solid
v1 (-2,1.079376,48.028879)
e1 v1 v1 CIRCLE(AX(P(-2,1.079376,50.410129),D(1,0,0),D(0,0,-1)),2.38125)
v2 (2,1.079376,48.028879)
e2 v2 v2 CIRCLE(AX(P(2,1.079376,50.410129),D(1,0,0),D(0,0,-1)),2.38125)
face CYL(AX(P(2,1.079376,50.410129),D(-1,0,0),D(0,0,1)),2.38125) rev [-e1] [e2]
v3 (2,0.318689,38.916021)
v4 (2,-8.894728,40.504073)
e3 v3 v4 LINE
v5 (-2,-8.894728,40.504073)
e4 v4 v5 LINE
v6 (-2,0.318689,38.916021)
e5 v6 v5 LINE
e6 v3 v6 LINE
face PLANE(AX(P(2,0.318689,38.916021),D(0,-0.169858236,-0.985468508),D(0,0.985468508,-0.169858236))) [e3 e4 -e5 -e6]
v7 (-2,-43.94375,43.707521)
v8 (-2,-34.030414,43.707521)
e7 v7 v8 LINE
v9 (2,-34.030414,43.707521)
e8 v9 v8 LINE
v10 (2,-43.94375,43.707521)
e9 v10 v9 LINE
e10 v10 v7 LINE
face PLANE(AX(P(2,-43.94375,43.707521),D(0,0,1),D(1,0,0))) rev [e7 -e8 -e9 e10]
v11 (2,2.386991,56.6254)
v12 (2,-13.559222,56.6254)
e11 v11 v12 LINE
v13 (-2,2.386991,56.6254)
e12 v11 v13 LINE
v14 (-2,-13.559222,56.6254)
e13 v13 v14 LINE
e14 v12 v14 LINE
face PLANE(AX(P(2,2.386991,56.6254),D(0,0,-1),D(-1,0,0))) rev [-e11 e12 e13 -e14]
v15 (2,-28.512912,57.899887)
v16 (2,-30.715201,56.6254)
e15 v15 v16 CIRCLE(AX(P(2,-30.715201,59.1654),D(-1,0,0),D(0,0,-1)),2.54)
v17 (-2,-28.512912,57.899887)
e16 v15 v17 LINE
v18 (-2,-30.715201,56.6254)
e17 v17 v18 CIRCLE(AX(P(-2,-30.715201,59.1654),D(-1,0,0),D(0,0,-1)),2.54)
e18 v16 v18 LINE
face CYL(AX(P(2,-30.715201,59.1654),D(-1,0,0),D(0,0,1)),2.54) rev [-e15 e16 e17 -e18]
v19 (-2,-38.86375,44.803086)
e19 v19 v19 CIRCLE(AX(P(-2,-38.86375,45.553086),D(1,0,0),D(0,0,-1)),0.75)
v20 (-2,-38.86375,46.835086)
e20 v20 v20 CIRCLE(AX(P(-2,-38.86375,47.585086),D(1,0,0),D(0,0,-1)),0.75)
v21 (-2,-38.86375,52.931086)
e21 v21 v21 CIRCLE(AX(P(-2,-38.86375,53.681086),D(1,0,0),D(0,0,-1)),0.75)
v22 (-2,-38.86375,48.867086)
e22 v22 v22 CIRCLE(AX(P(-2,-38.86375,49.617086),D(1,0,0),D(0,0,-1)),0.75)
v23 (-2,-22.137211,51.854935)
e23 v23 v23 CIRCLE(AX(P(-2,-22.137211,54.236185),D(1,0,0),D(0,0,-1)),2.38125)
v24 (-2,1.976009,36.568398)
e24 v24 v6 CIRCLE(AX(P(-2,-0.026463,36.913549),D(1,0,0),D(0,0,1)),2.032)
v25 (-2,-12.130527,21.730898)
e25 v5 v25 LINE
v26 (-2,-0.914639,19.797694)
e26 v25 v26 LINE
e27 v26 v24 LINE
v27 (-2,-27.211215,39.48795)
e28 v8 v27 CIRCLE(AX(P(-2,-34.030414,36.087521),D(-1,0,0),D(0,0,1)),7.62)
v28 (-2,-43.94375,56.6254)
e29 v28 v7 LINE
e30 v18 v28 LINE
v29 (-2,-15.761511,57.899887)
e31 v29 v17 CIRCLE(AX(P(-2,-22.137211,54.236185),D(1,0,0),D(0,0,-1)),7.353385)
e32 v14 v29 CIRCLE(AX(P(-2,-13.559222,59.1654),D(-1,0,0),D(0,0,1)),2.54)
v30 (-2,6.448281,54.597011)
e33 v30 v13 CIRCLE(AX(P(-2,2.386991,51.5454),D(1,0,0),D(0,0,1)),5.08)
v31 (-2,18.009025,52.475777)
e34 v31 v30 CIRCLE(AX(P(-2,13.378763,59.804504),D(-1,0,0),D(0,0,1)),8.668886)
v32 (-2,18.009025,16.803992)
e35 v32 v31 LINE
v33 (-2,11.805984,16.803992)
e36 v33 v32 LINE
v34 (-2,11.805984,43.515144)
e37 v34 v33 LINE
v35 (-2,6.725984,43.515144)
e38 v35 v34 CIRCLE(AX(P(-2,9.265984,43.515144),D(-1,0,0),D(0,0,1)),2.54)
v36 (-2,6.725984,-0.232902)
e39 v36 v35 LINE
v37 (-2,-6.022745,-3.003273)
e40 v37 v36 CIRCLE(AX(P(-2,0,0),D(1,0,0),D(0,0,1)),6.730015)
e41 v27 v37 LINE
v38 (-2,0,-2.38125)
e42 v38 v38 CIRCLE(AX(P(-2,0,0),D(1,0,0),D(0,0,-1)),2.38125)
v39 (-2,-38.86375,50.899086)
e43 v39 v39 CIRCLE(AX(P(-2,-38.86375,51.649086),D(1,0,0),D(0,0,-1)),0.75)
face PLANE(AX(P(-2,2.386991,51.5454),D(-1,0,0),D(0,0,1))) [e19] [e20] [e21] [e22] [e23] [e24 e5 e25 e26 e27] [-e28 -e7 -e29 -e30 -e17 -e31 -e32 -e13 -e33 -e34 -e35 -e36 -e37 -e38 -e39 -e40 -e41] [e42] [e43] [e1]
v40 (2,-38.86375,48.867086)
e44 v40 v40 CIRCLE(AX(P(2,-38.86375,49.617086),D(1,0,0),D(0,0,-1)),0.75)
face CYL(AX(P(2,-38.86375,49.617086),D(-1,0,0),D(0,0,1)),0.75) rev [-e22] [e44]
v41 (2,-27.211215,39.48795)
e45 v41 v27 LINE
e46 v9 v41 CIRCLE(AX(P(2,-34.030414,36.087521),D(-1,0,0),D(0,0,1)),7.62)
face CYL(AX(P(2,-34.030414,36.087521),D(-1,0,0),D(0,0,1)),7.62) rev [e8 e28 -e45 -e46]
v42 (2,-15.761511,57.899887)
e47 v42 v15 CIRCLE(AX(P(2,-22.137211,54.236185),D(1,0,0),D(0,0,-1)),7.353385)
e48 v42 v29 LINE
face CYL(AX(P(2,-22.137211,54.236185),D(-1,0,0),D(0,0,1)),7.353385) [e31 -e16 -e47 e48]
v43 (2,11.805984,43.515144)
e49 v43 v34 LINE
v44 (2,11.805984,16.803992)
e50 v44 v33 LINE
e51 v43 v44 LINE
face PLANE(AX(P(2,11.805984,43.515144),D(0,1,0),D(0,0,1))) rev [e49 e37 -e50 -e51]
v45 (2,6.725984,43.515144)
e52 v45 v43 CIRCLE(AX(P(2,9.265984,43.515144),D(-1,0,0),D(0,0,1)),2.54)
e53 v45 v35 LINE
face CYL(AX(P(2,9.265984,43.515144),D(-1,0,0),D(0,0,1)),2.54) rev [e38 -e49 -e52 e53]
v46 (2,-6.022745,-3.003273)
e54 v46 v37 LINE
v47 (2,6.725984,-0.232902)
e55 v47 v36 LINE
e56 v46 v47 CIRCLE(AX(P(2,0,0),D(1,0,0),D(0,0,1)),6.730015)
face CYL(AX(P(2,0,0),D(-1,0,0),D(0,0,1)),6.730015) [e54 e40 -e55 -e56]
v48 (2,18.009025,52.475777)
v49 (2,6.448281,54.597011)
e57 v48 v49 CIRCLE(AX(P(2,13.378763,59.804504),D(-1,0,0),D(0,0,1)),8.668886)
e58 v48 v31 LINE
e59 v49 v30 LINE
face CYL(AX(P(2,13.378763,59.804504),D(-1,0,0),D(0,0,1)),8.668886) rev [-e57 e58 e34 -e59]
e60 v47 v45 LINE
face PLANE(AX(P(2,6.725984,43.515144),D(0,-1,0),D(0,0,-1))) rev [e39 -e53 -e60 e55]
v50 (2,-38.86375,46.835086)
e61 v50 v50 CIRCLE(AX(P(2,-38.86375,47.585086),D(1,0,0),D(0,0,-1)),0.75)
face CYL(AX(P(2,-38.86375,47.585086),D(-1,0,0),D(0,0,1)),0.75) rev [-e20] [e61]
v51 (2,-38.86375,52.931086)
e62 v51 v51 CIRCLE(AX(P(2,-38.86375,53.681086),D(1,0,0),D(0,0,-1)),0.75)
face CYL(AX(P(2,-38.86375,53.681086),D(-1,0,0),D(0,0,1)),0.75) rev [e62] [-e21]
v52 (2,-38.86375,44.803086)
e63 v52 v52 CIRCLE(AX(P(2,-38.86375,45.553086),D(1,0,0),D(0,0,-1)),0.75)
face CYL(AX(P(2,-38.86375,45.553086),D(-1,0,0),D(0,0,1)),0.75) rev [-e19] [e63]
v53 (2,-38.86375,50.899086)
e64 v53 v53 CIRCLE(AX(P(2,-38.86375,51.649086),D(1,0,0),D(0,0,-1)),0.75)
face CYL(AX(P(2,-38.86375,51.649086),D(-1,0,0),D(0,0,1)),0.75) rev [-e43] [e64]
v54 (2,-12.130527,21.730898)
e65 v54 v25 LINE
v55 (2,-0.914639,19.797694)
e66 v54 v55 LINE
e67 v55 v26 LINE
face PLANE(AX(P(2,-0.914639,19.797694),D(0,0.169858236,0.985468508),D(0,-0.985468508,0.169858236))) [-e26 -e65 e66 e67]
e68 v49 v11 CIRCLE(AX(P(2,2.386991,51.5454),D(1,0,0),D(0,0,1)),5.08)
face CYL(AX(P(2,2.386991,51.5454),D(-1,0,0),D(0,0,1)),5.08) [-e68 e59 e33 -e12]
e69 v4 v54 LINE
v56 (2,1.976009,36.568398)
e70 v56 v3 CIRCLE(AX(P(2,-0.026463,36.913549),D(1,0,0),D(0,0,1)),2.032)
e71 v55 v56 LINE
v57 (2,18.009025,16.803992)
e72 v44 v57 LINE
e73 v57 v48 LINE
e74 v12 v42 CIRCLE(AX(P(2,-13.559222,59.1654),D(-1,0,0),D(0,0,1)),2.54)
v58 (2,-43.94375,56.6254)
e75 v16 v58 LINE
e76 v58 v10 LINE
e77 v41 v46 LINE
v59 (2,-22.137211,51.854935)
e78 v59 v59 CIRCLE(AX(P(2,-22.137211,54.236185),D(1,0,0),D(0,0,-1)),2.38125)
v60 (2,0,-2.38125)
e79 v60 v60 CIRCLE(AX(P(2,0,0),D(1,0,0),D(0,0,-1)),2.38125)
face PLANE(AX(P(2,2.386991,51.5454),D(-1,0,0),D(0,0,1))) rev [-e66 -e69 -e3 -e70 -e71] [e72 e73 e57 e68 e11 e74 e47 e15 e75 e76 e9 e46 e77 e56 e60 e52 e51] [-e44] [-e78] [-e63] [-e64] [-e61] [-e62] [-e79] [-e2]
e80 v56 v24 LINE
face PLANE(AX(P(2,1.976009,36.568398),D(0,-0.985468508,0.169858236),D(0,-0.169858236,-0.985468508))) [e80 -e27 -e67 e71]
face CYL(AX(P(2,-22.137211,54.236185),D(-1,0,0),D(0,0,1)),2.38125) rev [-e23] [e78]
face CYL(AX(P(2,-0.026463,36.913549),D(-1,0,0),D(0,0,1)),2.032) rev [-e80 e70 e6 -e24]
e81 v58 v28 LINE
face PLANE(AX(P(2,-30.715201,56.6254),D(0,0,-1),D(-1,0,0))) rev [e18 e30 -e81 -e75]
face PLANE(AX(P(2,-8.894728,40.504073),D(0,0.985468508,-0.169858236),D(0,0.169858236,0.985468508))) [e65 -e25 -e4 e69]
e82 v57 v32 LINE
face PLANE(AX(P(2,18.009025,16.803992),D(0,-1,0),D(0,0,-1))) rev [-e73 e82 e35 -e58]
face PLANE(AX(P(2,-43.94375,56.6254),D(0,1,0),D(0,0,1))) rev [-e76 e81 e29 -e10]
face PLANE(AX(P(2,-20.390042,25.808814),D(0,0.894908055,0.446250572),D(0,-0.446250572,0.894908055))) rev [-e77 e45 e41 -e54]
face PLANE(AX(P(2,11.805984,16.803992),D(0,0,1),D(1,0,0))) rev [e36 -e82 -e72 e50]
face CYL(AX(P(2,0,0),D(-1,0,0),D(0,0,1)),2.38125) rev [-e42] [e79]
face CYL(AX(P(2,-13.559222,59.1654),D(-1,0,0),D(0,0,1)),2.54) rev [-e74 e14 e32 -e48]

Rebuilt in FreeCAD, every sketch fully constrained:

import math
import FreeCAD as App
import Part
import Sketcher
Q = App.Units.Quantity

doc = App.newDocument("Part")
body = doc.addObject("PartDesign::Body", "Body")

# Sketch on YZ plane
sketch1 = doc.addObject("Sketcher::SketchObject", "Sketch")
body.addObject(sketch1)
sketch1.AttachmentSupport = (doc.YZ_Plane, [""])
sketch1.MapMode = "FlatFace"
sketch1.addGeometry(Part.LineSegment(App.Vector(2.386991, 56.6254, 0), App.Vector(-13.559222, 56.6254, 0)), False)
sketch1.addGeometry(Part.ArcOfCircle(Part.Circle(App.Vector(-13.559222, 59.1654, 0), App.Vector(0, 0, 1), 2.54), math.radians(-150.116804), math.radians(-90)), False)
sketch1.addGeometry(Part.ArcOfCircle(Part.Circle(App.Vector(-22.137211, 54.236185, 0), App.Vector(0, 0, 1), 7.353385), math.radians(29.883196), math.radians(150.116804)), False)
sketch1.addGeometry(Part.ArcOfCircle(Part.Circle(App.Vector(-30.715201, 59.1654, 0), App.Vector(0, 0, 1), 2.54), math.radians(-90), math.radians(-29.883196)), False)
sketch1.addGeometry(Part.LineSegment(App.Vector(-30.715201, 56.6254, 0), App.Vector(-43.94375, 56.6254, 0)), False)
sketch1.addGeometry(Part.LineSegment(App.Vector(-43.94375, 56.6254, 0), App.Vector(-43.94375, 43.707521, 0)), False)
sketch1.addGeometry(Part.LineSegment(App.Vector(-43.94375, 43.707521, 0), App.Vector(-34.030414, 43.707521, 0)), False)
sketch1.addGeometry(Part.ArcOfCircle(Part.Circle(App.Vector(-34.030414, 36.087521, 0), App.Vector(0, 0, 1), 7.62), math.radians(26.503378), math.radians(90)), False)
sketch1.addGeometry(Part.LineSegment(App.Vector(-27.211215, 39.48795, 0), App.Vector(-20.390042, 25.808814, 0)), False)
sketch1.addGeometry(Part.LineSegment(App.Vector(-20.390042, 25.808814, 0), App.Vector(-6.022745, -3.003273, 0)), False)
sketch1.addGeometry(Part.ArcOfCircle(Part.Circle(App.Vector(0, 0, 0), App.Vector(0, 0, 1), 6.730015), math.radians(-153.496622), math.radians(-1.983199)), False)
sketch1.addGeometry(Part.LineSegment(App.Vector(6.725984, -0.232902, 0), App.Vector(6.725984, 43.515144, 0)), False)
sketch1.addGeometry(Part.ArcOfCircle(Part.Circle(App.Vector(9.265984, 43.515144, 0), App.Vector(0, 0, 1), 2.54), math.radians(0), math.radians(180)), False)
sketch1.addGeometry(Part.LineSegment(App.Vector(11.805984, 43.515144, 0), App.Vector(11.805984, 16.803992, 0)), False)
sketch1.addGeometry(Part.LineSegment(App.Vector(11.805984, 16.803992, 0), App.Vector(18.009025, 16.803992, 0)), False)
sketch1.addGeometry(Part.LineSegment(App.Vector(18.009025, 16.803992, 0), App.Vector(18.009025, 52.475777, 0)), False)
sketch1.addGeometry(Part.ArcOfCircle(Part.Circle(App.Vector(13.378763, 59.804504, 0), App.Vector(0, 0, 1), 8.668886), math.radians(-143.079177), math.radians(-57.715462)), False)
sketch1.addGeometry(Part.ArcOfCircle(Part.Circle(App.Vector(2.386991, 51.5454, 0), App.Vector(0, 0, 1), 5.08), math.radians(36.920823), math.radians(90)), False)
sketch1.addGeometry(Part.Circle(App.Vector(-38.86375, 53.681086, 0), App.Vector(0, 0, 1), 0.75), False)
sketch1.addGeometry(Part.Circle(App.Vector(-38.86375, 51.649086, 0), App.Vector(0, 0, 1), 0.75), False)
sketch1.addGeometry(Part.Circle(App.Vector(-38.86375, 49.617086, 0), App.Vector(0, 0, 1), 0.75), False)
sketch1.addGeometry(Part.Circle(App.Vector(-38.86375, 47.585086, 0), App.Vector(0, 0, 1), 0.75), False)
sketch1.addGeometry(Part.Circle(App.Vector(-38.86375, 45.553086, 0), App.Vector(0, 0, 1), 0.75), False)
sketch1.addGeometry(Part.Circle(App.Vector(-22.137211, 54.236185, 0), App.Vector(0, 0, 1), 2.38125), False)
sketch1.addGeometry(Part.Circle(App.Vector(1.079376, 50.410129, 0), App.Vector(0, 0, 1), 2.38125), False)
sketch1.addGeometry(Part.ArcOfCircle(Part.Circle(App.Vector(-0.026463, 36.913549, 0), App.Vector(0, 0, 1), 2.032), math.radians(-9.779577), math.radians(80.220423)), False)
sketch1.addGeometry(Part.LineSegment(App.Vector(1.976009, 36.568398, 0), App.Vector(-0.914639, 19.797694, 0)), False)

------------------------------------------------------------------------

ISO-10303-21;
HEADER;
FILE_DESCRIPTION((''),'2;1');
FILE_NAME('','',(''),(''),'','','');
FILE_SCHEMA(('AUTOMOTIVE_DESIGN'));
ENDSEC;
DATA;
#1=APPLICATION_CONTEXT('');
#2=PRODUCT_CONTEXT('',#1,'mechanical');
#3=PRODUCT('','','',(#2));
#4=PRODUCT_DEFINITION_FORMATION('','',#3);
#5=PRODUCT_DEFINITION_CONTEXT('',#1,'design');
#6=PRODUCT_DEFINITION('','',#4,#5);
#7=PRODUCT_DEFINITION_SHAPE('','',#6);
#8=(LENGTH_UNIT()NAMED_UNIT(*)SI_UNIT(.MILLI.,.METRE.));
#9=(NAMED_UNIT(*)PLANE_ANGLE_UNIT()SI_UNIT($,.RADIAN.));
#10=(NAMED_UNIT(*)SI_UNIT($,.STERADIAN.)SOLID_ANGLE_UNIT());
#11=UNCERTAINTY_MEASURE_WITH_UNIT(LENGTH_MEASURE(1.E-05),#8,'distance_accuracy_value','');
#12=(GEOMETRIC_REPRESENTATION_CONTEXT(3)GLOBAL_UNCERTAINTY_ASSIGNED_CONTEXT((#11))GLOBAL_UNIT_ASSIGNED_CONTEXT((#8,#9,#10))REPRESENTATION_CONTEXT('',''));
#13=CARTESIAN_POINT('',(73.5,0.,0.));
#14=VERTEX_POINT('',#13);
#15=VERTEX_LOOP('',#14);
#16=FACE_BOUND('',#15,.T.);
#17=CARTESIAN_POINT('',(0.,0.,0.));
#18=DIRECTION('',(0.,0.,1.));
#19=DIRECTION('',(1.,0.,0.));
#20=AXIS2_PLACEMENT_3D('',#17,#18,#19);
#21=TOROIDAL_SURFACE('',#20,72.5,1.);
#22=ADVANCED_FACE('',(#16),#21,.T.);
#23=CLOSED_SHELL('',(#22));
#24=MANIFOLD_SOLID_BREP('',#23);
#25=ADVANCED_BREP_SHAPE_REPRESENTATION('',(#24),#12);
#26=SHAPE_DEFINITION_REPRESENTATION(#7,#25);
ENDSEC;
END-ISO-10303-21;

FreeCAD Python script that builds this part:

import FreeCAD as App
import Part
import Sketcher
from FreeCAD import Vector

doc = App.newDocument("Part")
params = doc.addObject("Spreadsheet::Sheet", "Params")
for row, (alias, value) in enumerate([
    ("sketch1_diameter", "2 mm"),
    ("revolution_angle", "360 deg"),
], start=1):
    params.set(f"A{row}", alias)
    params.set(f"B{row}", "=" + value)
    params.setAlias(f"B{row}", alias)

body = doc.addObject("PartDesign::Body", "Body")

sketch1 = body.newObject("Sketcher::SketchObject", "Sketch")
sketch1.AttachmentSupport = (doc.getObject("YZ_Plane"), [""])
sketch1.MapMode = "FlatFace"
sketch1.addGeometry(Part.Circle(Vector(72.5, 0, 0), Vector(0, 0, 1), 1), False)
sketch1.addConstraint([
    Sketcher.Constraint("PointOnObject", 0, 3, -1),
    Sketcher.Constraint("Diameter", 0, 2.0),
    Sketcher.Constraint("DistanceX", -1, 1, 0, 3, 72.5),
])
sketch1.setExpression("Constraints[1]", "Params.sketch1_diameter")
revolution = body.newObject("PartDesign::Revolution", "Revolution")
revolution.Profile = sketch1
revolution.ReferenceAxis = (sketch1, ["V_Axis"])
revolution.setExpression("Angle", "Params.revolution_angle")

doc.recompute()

------------------------------------------------------------------------

WORK TO COMPLETE
Using the entries shown above, reproduce verbatim the lines from the line bearing "-e16 -e47 e48]" to the line bearing "v50 (2,-38.86375,46.835086)", inclusive.

REPLY
face CYL(AX(P(2,-22.137211,54.236185),D(-1,0,0),D(0,0,1)),7.353385) [e31 -e16 -e47 e48]
v43 (2,11.805984,43.515144)
e49 v43 v34 LINE
v44 (2,11.805984,16.803992)
e50 v44 v33 LINE
e51 v43 v44 LINE
face PLANE(AX(P(2,11.805984,43.515144),D(0,1,0),D(0,0,1))) rev [e49 e37 -e50 -e51]
v45 (2,6.725984,43.515144)
e52 v45 v43 CIRCLE(AX(P(2,9.265984,43.515144),D(-1,0,0),D(0,0,1)),2.54)
e53 v45 v35 LINE
face CYL(AX(P(2,9.265984,43.515144),D(-1,0,0),D(0,0,1)),2.54) rev [e38 -e49 -e52 e53]
v46 (2,-6.022745,-3.003273)
e54 v46 v37 LINE
v47 (2,6.725984,-0.232902)
e55 v47 v36 LINE
e56 v46 v47 CIRCLE(AX(P(2,0,0),D(1,0,0),D(0,0,1)),6.730015)
face CYL(AX(P(2,0,0),D(-1,0,0),D(0,0,1)),6.730015) [e54 e40 -e55 -e56]
v48 (2,18.009025,52.475777)
v49 (2,6.448281,54.597011)
e57 v48 v49 CIRCLE(AX(P(2,13.378763,59.804504),D(-1,0,0),D(0,0,1)),8.668886)
e58 v48 v31 LINE
e59 v49 v30 LINE
face CYL(AX(P(2,13.378763,59.804504),D(-1,0,0),D(0,0,1)),8.668886) rev [-e57 e58 e34 -e59]
e60 v47 v45 LINE
face PLANE(AX(P(2,6.725984,43.515144),D(0,-1,0),D(0,0,-1))) rev [e39 -e53 -e60 e55]
v50 (2,-38.86375,46.835086)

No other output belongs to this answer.